TRY IT → Begin at the line containing "f 117 116 118" in the data below and go on through the line containing "f 133 135 136", repeating each line exactly; include both ends and no other line.

_ _ _ _

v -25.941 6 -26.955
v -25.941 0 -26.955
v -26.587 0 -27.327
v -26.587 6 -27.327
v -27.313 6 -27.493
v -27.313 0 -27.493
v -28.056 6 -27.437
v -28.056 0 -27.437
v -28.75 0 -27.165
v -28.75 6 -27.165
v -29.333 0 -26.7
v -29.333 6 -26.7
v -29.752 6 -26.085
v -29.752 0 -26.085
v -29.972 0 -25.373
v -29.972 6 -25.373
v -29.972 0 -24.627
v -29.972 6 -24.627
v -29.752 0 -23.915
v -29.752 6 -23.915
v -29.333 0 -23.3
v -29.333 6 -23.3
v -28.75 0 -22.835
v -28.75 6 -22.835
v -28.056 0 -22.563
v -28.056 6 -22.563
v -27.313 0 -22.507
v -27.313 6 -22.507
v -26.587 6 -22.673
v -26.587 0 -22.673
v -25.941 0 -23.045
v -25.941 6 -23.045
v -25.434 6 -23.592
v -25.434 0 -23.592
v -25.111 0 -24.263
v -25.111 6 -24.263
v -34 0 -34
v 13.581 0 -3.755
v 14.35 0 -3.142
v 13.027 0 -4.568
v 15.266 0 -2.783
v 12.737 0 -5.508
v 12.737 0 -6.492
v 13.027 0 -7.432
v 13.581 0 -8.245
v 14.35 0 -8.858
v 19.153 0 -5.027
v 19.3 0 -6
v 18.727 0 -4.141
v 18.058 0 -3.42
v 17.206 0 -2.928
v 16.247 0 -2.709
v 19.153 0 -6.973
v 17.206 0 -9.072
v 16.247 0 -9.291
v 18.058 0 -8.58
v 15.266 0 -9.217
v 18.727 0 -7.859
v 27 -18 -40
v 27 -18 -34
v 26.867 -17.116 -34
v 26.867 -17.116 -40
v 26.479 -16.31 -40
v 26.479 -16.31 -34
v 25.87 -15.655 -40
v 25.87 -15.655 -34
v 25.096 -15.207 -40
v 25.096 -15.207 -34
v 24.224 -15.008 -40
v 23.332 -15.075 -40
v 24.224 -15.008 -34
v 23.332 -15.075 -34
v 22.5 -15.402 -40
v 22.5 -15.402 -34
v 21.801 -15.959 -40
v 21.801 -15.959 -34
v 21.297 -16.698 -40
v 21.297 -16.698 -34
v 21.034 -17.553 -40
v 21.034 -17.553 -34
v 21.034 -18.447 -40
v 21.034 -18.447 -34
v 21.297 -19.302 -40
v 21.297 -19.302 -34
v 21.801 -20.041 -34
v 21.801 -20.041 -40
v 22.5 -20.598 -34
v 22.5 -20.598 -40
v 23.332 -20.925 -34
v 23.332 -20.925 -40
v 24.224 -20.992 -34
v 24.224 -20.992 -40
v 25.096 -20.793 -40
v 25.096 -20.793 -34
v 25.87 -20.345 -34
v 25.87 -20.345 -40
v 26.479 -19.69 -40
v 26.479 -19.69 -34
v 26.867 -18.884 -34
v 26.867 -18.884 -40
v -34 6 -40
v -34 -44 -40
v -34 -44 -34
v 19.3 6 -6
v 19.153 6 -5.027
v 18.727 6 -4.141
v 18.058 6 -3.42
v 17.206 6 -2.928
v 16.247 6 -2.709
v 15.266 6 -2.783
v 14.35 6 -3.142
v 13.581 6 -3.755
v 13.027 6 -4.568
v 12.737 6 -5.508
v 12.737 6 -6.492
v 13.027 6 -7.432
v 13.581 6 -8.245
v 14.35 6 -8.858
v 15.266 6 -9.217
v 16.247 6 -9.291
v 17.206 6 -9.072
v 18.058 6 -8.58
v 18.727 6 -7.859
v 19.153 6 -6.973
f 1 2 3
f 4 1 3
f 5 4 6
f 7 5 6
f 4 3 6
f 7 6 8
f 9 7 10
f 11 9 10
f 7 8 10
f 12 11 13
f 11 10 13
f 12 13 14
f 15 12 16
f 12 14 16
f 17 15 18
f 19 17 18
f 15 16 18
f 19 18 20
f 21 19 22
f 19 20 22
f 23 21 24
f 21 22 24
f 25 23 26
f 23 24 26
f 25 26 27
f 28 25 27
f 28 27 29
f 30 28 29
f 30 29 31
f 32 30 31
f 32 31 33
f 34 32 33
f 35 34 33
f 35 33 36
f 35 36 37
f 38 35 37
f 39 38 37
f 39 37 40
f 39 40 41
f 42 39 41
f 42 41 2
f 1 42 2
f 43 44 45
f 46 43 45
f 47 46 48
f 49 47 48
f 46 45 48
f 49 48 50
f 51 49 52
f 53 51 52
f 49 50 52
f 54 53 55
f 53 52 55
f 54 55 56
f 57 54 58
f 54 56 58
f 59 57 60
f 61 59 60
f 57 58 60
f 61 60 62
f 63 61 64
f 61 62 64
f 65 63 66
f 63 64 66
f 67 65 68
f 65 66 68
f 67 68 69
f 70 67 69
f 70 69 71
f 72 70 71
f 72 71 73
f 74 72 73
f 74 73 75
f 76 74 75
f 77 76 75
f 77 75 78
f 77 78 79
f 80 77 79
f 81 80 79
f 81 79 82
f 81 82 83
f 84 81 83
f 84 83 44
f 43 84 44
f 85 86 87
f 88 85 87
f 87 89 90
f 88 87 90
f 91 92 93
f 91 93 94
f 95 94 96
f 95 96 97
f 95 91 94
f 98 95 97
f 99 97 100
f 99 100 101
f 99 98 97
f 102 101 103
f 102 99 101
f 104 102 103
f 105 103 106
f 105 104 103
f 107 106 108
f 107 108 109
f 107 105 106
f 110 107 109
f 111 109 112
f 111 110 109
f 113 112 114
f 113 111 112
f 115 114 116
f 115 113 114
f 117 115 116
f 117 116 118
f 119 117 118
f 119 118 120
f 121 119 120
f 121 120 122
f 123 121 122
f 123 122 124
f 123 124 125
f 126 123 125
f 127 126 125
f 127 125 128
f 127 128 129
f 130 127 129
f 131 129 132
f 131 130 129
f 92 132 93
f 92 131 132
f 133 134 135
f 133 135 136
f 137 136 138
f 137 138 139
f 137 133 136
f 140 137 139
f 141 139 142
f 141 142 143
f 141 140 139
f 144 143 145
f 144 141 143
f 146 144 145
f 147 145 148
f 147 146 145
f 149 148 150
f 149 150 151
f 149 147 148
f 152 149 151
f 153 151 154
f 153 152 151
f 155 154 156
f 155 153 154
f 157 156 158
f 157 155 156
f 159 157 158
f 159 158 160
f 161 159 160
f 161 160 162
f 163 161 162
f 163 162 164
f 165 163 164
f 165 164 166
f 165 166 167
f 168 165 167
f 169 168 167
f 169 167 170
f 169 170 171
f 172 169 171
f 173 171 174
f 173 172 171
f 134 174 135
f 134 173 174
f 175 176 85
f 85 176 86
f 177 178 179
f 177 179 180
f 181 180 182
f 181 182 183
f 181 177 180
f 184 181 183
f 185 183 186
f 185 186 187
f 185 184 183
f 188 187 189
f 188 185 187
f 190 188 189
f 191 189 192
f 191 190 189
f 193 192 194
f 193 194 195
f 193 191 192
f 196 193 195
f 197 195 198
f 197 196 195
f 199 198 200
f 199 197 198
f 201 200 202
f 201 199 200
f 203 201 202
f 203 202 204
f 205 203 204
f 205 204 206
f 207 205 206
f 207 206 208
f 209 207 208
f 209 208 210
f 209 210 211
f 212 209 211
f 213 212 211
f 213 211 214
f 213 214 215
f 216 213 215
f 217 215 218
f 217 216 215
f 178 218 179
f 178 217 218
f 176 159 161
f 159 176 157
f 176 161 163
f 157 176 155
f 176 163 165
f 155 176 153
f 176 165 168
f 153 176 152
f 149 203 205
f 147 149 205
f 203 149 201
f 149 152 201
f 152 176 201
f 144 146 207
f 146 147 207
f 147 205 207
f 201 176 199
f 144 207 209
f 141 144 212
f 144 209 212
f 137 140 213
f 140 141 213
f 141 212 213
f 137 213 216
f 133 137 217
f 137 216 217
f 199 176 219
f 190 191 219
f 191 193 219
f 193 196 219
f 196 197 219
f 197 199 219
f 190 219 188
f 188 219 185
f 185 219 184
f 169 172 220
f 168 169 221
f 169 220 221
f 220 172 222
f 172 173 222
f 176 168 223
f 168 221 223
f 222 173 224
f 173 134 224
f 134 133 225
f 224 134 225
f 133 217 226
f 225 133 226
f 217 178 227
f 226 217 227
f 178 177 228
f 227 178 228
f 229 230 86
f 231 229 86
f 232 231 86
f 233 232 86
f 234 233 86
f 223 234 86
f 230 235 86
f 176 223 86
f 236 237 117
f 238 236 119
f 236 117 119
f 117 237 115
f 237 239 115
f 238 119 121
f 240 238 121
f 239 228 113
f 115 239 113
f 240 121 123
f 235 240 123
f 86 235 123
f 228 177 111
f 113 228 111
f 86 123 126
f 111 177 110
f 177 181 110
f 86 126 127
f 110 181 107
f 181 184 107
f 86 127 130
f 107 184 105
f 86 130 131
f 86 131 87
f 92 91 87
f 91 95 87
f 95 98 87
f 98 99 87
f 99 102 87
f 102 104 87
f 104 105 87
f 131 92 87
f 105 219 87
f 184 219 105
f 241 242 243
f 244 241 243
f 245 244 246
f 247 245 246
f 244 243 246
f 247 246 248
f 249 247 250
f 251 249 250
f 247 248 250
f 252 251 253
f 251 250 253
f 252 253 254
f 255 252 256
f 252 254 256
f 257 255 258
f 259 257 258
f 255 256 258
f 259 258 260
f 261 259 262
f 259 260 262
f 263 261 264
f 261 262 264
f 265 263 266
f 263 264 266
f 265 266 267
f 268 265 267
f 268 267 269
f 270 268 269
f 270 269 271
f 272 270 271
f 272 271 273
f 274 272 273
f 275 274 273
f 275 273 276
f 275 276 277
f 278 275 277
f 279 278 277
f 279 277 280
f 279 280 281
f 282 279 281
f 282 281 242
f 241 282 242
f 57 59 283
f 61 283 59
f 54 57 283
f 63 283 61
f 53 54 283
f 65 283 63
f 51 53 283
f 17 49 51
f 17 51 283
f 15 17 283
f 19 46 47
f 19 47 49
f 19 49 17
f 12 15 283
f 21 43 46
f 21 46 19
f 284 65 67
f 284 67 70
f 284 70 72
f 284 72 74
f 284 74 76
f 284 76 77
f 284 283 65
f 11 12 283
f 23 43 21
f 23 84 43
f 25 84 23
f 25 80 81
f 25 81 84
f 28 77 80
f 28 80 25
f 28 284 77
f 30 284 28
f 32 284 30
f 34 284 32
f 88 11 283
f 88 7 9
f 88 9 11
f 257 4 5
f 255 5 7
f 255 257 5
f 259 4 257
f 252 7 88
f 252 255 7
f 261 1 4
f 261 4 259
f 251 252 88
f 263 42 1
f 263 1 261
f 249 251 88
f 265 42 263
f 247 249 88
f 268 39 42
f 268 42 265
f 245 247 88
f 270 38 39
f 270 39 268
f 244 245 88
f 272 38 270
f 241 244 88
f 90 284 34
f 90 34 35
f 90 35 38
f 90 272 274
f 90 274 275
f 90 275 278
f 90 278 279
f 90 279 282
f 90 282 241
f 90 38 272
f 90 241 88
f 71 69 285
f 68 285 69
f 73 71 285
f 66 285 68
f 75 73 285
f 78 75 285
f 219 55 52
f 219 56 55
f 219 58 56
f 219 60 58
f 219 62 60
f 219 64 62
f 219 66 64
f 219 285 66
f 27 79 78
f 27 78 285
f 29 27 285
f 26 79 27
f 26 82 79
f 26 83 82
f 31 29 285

_ _ _ _

SOLVED PROBLEM →
f 117 116 118
f 119 117 118
f 119 118 120
f 121 119 120
f 121 120 122
f 123 121 122
f 123 122 124
f 123 124 125
f 126 123 125
f 127 126 125
f 127 125 128
f 127 128 129
f 130 127 129
f 131 129 132
f 131 130 129
f 92 132 93
f 92 131 132
f 133 134 135
f 133 135 136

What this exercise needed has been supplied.